The fruit is very good nutrition just as it is. I am not saying do not eat fruit by itself, I am saying that if times are hard with money then cut up the fruit to stretch it if more than one person needs to be fed.
If it is meat or vegetables then make a large soup.
What we are talking about is there was filler food but it was not a bag of pretzels or potato chips, it was homemade filler food. You can make so many things if you have simple basic ingredients. Flour, yeast, sugar, salt, butter or shortening, milk, dried or fresh, cornmeal and oatmeal. With these ingredients you can make most anything stretch.
As we go through life and we do certain things over and over it is not difficult to cook and bake. We understand what we need to have on hand and how to prepare ahead and we save money when we can cook and bake like this.
We should not over eat, that is up to us our portion size and what we eat. In the past people ate what was available and if they turned that into soup, pie, pudding, cake or casserole that is what they did.
If you keep on hand the basic ingredients you will save much money on your food budget.
If you take food that is leftover and store it in the fridge, after a few days you can make a soup out of it as we did this week and it was delicious.

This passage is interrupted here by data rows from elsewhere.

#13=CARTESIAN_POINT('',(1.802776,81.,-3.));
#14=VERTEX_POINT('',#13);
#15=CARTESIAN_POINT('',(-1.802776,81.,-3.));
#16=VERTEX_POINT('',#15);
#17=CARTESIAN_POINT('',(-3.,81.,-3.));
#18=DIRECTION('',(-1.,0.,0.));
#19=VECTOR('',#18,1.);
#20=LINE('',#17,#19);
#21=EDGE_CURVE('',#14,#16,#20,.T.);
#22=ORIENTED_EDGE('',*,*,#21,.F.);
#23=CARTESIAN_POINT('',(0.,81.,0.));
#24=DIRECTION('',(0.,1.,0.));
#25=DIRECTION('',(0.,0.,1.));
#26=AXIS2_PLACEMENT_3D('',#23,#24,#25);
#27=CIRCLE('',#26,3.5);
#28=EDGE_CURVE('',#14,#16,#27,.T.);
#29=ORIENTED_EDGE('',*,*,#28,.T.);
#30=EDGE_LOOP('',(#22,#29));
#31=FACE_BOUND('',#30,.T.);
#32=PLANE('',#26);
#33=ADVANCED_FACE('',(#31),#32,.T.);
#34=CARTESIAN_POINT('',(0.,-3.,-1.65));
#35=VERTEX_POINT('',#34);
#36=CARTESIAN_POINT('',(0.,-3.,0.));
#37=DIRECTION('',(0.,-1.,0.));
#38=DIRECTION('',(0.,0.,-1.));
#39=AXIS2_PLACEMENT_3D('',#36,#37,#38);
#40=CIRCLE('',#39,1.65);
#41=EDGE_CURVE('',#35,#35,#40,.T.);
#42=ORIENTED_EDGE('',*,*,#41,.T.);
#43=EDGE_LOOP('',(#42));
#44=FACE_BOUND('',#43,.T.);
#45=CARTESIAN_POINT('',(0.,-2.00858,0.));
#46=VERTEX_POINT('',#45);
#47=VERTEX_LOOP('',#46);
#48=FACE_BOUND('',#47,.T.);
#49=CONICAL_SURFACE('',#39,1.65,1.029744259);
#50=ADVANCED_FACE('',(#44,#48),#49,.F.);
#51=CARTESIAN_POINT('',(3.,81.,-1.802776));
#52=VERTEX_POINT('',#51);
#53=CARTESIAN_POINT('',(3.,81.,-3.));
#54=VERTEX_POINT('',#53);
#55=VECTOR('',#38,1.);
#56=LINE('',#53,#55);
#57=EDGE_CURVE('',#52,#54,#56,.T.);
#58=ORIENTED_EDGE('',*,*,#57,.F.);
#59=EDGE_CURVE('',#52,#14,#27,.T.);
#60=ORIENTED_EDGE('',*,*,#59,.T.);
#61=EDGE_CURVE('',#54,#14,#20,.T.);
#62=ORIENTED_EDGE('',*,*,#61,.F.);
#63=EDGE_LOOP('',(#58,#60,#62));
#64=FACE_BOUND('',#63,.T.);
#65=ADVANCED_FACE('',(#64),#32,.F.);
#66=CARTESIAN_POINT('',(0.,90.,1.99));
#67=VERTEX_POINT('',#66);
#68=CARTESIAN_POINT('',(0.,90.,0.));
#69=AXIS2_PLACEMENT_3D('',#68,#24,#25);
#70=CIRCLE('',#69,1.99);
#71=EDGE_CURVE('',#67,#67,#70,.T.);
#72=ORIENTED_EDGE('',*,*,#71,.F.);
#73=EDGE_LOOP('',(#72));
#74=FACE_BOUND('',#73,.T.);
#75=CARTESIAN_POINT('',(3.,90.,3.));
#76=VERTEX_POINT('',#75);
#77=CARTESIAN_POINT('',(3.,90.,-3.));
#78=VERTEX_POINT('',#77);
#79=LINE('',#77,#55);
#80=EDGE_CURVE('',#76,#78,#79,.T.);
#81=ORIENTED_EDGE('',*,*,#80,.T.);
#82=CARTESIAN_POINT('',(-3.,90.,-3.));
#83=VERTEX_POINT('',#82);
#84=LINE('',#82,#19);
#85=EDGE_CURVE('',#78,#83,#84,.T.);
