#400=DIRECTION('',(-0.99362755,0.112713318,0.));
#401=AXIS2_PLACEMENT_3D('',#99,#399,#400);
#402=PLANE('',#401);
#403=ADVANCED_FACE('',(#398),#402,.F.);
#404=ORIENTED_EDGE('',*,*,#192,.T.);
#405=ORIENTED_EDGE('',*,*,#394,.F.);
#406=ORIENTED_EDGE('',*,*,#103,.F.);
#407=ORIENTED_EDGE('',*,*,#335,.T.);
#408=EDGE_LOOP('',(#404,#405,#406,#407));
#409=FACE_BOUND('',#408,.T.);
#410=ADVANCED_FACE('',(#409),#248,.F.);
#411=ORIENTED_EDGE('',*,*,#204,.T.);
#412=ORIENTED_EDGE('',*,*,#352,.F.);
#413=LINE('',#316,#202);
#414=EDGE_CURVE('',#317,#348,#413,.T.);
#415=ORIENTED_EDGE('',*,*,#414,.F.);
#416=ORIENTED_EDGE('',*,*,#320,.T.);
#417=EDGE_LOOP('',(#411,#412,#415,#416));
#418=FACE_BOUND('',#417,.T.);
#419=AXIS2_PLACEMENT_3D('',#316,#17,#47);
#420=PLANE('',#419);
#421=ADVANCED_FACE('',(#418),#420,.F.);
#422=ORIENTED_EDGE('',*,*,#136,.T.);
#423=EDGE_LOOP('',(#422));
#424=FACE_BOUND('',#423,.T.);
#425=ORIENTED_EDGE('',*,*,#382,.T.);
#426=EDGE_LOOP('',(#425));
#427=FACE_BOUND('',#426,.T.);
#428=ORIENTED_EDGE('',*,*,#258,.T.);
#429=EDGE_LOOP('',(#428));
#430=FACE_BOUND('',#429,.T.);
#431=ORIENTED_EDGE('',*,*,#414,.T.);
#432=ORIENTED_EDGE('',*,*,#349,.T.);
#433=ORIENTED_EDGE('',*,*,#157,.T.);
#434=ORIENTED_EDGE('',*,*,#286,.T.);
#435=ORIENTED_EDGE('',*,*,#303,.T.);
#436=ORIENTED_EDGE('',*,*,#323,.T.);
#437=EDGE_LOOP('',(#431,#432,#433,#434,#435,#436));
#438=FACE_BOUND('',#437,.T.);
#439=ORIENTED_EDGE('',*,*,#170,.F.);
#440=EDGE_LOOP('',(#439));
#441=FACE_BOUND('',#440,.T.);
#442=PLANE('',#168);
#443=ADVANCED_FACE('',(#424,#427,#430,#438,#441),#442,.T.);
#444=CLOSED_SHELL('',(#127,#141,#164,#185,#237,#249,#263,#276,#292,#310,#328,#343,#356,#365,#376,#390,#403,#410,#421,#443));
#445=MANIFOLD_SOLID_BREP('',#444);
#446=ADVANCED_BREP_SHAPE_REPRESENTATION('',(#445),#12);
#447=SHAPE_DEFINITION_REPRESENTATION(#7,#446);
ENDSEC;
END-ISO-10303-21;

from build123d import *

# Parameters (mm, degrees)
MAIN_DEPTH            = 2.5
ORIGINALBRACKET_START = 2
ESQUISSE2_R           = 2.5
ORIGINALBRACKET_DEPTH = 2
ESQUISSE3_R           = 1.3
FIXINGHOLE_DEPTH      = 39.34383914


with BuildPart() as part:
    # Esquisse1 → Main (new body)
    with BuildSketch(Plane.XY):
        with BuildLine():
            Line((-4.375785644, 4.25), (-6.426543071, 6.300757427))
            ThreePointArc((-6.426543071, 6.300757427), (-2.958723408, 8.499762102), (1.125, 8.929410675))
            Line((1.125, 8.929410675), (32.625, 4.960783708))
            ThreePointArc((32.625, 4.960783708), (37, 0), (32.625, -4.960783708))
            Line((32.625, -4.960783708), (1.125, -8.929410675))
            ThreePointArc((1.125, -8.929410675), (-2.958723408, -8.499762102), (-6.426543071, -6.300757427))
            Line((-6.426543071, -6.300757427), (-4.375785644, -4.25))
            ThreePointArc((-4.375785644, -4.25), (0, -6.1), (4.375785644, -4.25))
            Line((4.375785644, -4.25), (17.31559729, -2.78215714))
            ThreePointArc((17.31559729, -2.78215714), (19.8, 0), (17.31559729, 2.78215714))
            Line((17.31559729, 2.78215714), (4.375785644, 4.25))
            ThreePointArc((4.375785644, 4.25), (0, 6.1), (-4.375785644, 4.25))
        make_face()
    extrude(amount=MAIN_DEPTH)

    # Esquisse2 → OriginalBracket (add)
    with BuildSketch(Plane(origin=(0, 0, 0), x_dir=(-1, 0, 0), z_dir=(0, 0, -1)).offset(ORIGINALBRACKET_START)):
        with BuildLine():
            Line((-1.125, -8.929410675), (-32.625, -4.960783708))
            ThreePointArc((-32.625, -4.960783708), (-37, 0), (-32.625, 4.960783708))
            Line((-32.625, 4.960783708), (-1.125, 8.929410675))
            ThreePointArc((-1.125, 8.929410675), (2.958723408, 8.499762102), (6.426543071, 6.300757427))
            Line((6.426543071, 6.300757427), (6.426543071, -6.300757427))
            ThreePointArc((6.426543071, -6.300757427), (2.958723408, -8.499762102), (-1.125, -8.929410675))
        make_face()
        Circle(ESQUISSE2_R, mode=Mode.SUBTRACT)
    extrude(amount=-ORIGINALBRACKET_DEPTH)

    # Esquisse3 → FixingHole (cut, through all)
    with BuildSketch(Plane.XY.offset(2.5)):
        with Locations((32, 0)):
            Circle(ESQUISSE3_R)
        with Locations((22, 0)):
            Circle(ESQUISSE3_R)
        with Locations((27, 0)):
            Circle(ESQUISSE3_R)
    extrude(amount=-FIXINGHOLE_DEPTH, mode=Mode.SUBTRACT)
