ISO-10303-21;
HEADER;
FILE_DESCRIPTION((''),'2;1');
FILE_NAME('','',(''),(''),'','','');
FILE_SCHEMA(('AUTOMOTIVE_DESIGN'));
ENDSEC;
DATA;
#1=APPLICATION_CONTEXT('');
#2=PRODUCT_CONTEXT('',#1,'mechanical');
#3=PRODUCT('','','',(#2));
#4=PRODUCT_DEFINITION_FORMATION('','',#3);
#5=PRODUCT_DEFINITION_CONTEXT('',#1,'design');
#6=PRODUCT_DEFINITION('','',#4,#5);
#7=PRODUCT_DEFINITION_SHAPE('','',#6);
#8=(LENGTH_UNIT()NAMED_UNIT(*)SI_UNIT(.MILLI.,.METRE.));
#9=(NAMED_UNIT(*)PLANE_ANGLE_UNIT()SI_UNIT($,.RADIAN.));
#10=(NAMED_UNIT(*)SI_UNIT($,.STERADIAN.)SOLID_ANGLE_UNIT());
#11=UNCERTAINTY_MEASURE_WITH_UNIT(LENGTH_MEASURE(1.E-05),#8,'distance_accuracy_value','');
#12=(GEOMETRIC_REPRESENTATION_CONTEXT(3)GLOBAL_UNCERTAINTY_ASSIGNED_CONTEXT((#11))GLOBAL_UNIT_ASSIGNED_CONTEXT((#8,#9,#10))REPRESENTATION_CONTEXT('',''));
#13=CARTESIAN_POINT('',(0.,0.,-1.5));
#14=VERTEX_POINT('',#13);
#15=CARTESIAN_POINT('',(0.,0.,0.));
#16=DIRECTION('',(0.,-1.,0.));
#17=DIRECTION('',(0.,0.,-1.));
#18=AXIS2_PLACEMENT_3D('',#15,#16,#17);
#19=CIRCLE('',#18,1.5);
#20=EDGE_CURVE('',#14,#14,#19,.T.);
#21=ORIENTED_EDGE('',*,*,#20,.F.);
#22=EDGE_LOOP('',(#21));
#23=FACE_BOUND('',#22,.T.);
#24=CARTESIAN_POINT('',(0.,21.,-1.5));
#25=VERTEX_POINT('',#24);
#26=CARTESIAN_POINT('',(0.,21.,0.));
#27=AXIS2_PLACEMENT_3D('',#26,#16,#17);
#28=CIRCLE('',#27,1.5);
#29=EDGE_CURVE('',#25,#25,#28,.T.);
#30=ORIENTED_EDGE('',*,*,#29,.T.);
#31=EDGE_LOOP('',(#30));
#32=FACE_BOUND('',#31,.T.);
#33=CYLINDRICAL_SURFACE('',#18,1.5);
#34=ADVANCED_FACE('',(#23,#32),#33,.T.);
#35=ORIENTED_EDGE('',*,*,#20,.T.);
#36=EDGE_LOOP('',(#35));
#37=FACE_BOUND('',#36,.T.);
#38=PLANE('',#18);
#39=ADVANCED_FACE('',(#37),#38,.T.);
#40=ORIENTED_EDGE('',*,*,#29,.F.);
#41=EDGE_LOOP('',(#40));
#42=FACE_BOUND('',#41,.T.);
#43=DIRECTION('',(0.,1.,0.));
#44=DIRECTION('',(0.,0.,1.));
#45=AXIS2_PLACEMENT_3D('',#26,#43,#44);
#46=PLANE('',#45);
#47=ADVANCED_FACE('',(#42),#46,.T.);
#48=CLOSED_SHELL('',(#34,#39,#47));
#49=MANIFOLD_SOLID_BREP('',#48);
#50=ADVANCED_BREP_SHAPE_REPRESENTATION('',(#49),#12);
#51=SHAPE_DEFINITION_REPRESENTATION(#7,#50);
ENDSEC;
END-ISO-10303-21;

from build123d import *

# Parameters (mm, degrees)
SKETCH1_W = 1.5
SKETCH1_H = 21


with BuildPart() as part:
    # Sketch1 → Revolve1 (revolve)
    with BuildSketch(Plane.XY):
        with Locations((0.75, 10.5)):
            Rectangle(SKETCH1_W, SKETCH1_H)
    revolve(axis=Axis((0, 0, 0), (0, 1, 0)))


solid = part.part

I baked bread this week and a egg custard pie. This is the pie filling made with very simple ingredients.This could be any kind of pie. We could make a berry pie, a pear pie, lemon or apple pie. A cobbler, cobblers are very easy to make with very simple ingredients and help to stretch a meal. I make a peach cobbler that my grandmother and mother would make and always a family favorite. A nice custard pie is refreshing.Meat was not eaten at every meal as it often is today. Bread was baked routinely and most anything could be put on that bread for a sandwich. During vegetable season, fried peppers, cucumber and onion or just onion or just cucumber. Tomato sandwiches were often served, fried potato sandwich, Eggplant and zucchini or most anything could be between that bread. Yes there is a lot of carbs there but it is better than going hungry.
Pasta is probably one of the easiest ways to fill the belly and it can be most anything with pasta and sometime just pasta with some milk and butter, garlic if we have it. One of a family favorite at our house is egg noodles with milk and butter, salt and pepper.
So what this is about is stretching food to fill their belly when the budget is tight and food costs are soaring. If we are fortunate to have some ground beef, turning that into a beef vegetable soup or large pot of spaghetti instead of hamburgers would serve more people. If we live alone or just two like Charles and I, we divide the meat into portions for our needs as soon as we get it home and put it in the freezer.
Be careful with the amount we cook so we do not waste, sometimes we do not need that full onion and we could cut it in half and save the other half for another meal. Julienne carrots to make them go further. Pancakes is a very simple breakfast or evening meal.
I could mention many meals but since people live around the world food choices are different but the understanding of what this is about is what is important. Know how to stretch our meals to fill our belly during hard times.
I would like to know about how you stretch a meal where you live because we are spread out all over this world.